Now, it is stipulated in this case that the Secretary of the Interior has never approved the selection by the railroad company of the land here in question to supply deficiencies in place limits. So that when Sjoli settled upon the land it was, so far as the railroad company was concerned, part of the unappropriated public lands open to settlement under the homestead laws. The railroad company had no direct legal interest in it. The company's unapproved selections did not, therefore, stand in the way of the lands being occupied and entered under the homestead laws. The mere filing of its lists of selections of indemnity *569 lands did not have the effect to exclude them from occupancy under the preemption or homestead laws.

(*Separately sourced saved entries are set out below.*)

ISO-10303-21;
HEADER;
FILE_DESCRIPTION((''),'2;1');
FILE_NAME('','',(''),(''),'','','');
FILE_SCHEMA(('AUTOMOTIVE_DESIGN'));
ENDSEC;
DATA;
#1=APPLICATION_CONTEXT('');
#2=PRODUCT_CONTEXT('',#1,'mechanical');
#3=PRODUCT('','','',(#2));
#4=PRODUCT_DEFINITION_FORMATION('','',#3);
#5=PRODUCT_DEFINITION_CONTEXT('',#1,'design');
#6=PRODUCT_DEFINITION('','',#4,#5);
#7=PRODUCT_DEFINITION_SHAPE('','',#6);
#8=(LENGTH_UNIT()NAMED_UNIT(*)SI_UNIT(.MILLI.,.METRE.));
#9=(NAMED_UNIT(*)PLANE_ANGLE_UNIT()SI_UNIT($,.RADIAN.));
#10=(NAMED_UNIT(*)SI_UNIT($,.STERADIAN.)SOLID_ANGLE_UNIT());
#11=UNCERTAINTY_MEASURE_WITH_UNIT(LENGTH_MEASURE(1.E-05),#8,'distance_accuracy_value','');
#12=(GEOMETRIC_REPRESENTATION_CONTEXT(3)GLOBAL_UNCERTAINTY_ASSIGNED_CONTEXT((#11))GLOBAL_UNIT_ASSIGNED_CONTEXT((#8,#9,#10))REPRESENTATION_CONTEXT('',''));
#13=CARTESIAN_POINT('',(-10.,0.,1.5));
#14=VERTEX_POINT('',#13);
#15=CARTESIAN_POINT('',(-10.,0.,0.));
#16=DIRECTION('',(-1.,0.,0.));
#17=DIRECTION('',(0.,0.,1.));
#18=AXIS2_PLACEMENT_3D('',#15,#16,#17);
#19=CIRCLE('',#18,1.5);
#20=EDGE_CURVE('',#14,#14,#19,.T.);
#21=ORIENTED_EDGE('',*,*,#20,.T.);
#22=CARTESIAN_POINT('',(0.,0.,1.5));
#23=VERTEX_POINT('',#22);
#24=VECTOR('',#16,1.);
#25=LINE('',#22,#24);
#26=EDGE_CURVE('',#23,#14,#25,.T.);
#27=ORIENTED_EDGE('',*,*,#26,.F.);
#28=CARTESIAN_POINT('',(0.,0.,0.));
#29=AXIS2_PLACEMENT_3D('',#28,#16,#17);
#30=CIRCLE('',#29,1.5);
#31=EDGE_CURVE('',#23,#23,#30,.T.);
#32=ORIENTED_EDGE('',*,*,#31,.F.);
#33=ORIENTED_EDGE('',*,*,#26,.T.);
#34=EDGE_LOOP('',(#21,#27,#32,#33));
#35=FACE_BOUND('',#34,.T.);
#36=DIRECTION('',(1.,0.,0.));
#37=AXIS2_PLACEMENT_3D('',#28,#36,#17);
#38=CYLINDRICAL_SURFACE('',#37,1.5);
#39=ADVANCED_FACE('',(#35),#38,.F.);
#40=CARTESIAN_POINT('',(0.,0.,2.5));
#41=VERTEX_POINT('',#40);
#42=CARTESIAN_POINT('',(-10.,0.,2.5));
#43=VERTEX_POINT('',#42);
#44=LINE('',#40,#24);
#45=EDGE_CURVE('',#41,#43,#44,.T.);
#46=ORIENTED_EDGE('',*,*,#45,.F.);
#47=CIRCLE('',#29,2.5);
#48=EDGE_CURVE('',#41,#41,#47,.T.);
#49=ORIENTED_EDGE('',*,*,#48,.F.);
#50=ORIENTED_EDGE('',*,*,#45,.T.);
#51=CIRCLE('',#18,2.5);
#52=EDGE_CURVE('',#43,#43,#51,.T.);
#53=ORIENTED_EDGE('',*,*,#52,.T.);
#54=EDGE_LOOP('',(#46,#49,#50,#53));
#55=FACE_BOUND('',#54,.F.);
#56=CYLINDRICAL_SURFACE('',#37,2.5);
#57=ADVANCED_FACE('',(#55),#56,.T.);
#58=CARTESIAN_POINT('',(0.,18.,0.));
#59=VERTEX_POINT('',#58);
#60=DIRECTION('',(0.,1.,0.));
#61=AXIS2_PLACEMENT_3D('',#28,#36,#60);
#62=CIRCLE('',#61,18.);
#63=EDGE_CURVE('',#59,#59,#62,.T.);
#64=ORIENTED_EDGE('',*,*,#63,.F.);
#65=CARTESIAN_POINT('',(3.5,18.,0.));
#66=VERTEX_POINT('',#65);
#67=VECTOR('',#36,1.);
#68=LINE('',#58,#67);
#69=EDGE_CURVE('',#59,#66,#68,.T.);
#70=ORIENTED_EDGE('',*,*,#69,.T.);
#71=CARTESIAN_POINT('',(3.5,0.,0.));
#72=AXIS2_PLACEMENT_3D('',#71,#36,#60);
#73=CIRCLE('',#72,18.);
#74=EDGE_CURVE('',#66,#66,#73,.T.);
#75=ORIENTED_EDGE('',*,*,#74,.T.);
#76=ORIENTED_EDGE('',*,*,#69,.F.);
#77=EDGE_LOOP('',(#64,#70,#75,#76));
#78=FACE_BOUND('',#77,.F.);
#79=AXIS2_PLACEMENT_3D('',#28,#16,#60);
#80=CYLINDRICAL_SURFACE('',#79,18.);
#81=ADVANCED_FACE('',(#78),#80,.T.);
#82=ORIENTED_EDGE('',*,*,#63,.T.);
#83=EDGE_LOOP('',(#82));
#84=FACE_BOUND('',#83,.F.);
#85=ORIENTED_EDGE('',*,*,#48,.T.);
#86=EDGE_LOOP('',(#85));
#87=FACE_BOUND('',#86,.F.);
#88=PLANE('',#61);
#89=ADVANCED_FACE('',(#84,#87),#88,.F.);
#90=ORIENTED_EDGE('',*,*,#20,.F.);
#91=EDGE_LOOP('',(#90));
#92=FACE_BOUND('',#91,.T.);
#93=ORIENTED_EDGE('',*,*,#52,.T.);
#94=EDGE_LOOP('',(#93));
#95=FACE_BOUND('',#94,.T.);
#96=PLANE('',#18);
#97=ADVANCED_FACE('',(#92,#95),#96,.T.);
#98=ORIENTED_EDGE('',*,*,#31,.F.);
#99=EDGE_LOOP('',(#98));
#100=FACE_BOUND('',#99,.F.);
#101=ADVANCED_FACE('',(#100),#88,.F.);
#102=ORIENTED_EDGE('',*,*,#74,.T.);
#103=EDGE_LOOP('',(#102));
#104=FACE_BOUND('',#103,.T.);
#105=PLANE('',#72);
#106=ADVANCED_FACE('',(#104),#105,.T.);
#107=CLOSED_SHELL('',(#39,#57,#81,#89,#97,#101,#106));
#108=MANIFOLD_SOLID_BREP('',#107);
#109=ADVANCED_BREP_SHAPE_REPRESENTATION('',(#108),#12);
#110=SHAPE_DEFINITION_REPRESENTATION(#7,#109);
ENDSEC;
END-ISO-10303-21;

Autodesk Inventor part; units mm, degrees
ref_plane "YZ Plane" through (0, 0, 0) normal (1, 0, 0) x (0, 1, 0)
ref_plane "XZ Plane" through (0, 0, 0) normal (0, 1, 0) x (-1, 0, 0)
ref_plane "XY Plane" through (0, 0, 0) normal (0, 0, 1) x (1, 0, 0)
sketch "スケッチ1" plane through (0, 0, 0) normal (1, 0, 0) x (0, 1, 0)
  circle A0 centre (0, 0) radius 18
  dimension "d0" = 36
extrude "押し出し1" add sketch "スケッチ1" along normal blind 3.5
sketch "スケッチ2" plane through (0, 0, 0) normal (-1, 0, 0) x (0, 0, 1)
  circle A0 centre (0, 0) radius 1.5
  circle A1 centre (0, 0) radius 2.5
  dimension "d3" = 3
  dimension "d4" = 5
extrude "押し出し2" add sketch "スケッチ2" along normal blind 10
properties part number "tire" material "ゴム"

On the contrary, notwithstanding the filing of such lists, they remained open, as before, to settlement or occupancy under those laws, until the selections were formally approved by the Secretary of the Interior and the lands withdrawn from settlement or sale. No such approval ever occurred.

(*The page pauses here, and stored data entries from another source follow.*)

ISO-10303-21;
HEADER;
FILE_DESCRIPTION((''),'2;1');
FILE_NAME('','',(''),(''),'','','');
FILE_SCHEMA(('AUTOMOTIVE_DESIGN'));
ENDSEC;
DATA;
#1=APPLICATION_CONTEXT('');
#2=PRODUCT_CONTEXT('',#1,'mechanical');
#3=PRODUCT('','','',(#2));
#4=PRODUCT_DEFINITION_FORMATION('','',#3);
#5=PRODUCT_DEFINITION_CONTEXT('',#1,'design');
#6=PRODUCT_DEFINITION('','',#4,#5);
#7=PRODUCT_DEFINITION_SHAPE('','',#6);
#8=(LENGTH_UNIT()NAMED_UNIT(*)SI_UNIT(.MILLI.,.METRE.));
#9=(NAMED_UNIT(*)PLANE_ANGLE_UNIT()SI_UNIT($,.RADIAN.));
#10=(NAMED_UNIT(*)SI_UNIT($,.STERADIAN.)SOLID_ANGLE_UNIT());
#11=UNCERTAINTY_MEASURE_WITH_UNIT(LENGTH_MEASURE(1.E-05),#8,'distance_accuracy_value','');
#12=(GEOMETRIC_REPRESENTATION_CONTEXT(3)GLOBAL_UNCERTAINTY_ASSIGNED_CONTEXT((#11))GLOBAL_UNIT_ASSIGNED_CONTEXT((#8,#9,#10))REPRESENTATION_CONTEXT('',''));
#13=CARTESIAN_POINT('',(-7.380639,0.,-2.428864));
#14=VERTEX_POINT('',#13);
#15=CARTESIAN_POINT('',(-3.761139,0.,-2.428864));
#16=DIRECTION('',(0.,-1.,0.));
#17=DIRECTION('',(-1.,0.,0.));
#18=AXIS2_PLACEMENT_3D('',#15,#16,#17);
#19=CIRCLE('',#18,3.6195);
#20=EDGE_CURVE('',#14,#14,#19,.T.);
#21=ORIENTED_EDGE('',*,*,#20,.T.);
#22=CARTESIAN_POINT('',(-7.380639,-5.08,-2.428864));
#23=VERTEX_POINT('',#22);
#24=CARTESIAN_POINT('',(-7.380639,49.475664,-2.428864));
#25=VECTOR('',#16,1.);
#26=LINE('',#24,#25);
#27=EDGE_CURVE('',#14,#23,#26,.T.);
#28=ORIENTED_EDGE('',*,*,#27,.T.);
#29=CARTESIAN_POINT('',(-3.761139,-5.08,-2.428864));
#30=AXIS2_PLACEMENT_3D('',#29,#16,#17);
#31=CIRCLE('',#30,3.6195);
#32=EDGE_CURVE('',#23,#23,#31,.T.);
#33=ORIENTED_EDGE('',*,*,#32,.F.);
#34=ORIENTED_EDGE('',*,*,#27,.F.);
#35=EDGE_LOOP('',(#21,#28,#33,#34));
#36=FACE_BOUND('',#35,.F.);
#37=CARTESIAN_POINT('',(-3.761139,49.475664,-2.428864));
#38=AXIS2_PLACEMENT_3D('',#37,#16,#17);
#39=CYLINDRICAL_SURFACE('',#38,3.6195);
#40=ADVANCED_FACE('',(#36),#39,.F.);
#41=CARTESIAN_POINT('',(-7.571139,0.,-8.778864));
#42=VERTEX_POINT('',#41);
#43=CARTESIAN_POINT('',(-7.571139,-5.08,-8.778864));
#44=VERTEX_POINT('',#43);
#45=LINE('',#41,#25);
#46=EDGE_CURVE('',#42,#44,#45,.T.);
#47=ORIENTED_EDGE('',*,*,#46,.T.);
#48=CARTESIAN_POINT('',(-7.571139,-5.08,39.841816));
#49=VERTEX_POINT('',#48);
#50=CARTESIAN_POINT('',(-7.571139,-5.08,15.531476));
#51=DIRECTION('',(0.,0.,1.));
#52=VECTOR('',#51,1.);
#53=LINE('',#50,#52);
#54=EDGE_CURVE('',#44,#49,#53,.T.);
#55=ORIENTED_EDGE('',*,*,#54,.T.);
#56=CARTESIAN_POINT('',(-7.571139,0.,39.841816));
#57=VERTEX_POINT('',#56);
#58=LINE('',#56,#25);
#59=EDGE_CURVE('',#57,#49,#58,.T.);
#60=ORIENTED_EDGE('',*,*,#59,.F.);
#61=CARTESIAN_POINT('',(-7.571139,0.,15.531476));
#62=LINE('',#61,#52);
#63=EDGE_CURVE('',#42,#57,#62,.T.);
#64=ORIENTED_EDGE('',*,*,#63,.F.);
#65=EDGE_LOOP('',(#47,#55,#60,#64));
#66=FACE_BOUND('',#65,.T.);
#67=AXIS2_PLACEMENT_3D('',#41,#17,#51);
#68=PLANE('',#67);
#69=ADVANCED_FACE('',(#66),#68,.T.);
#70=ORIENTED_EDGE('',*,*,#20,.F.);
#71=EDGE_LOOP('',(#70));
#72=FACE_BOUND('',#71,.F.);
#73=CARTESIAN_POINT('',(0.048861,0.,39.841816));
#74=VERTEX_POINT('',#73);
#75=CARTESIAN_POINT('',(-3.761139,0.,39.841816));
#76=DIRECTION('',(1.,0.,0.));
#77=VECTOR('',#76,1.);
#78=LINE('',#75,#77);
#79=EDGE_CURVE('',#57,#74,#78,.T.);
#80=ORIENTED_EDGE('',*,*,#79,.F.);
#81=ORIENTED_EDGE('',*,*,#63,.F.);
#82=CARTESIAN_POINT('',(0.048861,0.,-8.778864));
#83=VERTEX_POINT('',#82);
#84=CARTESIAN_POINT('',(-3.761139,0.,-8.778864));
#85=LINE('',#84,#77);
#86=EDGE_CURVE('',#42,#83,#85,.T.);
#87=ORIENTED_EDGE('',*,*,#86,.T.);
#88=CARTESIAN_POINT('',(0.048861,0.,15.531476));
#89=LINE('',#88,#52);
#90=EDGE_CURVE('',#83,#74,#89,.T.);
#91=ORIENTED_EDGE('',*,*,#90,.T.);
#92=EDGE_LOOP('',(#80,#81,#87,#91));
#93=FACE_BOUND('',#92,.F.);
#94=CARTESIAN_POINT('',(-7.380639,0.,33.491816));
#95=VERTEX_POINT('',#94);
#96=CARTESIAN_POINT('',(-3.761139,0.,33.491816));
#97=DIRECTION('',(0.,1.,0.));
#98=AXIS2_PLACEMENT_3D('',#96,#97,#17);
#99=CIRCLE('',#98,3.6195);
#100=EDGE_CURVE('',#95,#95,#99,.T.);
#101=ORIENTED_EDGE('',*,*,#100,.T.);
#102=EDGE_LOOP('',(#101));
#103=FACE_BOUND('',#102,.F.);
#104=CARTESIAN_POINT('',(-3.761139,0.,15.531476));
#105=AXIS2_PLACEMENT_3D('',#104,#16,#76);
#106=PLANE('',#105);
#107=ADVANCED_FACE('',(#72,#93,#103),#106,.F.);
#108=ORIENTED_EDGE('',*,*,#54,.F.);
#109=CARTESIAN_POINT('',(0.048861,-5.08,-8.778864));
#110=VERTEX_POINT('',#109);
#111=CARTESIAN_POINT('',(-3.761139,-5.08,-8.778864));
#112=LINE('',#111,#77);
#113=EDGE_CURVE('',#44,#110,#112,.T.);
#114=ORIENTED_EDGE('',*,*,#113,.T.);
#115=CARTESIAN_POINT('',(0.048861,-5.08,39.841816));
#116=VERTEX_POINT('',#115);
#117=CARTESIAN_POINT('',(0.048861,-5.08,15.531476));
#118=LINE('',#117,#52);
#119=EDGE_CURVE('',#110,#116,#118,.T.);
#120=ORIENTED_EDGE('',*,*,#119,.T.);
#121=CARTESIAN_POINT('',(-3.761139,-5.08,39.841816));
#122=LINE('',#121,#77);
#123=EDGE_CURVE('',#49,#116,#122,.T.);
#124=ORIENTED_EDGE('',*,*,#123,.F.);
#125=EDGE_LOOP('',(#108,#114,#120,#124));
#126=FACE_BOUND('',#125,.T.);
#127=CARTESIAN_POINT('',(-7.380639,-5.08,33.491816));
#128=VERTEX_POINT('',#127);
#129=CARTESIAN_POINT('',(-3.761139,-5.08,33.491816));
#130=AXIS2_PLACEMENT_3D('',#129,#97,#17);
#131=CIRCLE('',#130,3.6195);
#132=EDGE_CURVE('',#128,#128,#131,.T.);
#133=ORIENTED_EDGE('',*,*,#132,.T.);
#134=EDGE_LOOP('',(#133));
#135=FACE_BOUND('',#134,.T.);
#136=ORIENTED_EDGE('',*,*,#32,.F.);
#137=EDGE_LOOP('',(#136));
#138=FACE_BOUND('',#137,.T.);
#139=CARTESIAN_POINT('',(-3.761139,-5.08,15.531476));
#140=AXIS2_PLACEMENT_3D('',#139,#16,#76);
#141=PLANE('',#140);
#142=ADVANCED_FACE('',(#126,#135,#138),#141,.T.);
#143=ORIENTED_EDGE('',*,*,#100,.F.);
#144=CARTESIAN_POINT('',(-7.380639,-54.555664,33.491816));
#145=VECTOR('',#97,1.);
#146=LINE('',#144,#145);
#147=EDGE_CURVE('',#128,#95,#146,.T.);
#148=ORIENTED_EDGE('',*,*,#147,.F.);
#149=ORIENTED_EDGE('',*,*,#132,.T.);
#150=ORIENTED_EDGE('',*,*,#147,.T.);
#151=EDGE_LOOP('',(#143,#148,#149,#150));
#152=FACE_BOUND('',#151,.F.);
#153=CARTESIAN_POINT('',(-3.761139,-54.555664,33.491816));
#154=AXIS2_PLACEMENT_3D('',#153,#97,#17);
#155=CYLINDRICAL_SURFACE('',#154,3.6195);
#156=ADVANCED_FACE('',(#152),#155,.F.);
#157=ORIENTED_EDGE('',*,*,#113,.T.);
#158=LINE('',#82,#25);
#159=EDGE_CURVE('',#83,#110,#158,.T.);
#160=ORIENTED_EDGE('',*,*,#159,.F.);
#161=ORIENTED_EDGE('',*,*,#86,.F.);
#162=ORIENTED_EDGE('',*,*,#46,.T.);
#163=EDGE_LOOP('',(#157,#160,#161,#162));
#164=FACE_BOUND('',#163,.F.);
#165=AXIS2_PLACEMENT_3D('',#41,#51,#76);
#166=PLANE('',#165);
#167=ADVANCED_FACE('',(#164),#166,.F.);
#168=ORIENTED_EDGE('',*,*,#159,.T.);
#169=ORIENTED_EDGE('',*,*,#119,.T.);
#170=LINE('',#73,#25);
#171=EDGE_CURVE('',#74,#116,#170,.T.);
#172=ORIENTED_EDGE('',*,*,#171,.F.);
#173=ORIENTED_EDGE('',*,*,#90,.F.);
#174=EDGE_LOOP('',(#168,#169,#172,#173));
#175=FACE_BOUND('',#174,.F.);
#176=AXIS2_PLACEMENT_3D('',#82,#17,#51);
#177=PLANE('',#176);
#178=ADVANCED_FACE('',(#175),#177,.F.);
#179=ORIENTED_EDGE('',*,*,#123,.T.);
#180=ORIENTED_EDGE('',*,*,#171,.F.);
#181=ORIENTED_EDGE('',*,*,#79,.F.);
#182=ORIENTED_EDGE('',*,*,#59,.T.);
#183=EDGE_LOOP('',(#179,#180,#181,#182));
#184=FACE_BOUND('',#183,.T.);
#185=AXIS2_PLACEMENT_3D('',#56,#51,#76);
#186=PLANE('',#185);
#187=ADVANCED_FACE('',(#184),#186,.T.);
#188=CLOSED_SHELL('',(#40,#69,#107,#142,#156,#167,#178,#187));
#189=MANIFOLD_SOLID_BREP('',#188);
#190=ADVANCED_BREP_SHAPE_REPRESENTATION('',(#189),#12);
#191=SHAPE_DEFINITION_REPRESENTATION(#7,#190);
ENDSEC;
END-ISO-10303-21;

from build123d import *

# Parameters (mm, degrees)
F0_W     = 7.62
F0_H     = 48.62068
F1_DEPTH = 5.08
F4_D     = 7.239
F5_D     = 7.239


with BuildPart() as f1:
    # F0 (on Front) → F1 (new body)
    with BuildSketch(Plane.XZ):
        with Locations((-3.7611387034, 15.5314761981)):
            Rectangle(F0_W, F0_H)
    extrude(amount=F1_DEPTH)

    # F4 (through all)
    with Locations(Plane.XZ.offset(5.08)):
        with Locations((-3.7611387034, 33.4918161981)):
            Hole(F4_D / 2)

    # F5 (through all)
    with Locations(Plane(origin=(0, 0, 0), x_dir=(1, 0, 0), z_dir=(0, 1, 0))):
        with Locations((-3.7611387034, 2.4288638019)):
            Hole(F5_D / 2)


solid = f1.part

It results that the patent issued to Sjoli is evidence of the better title and must prevail. His settlement upon the land, with the intention to perfect his title under the homestead laws, was not in violation of the act of 1864. On the contrary, he thereby acquired, within the meaning of the act of 1864, a claim upon the land which was perfected by the patent issued to him by the United States. The learned state court erred in not so holding and in adjudging that the Northern Pacific Railway Company acquired an interest in the land immediately upon filing its list of selections, and that the defendant in error was the owner of it. The relief asked by the plaintiff should have been granted.

The judgment of the Supreme Court of Minnesota is reversed and the cause remanded for further proceedings not inconsistent with this opinion. Reversed.

MR. JUSTICE BREWER did not participate in the decision of this case.

NOTES

[1] Hewitt v. Schultz, 180 U.S. 139; Nelson v. Northern Pacific Railway, 188 U.S. 108; United States v. Northern Pacific Railroad Co., 152 U.S. 284, 296; Northern Pacific Railroad v. Sanders, 166 U.S. 620, 634, 635; Menotti v. Dillon, 167 U.S. 703; United States v. Oregon & California Railroad, 176 U.S. 28, 42; St. Paul Railroad v. Northern Pacific Railroad, 139 U.S. 1, 5; St. Paul, Sioux City &c. Railroad v. Winona &c. Railroad, 112 U.S. 720, 726; M., K. & T. Ry. Co. v. Kansas Pacific Ry., 97 U.S. 491, 501; Cedar Rapids & M.R.R. Co. v. Herring, 110 U.S. 27; Grinnell v. Railroad Co., 103 U.S. 739; Kansas Pacific R.R. Co. v. Atchison, Topeka & Santa Fe, 112 U.S. 414; Wilcox v. Eastern Oregon Land Co., 176 U.S. 51; Northern Pacific Railroad v. Miller, 7 L.D. 100; Northern Pacific R.R. v. Davis, 19 L.D. 87, 90; Spicer v. Northern Pacific R.R. Co., 10 L.D. 440, 443; Northern Pacific R.R. Co. v. McCrimmon, 12 L.D. 554; Northern Pacific R.R. Co. v. Plumb, 16 L.D. 80.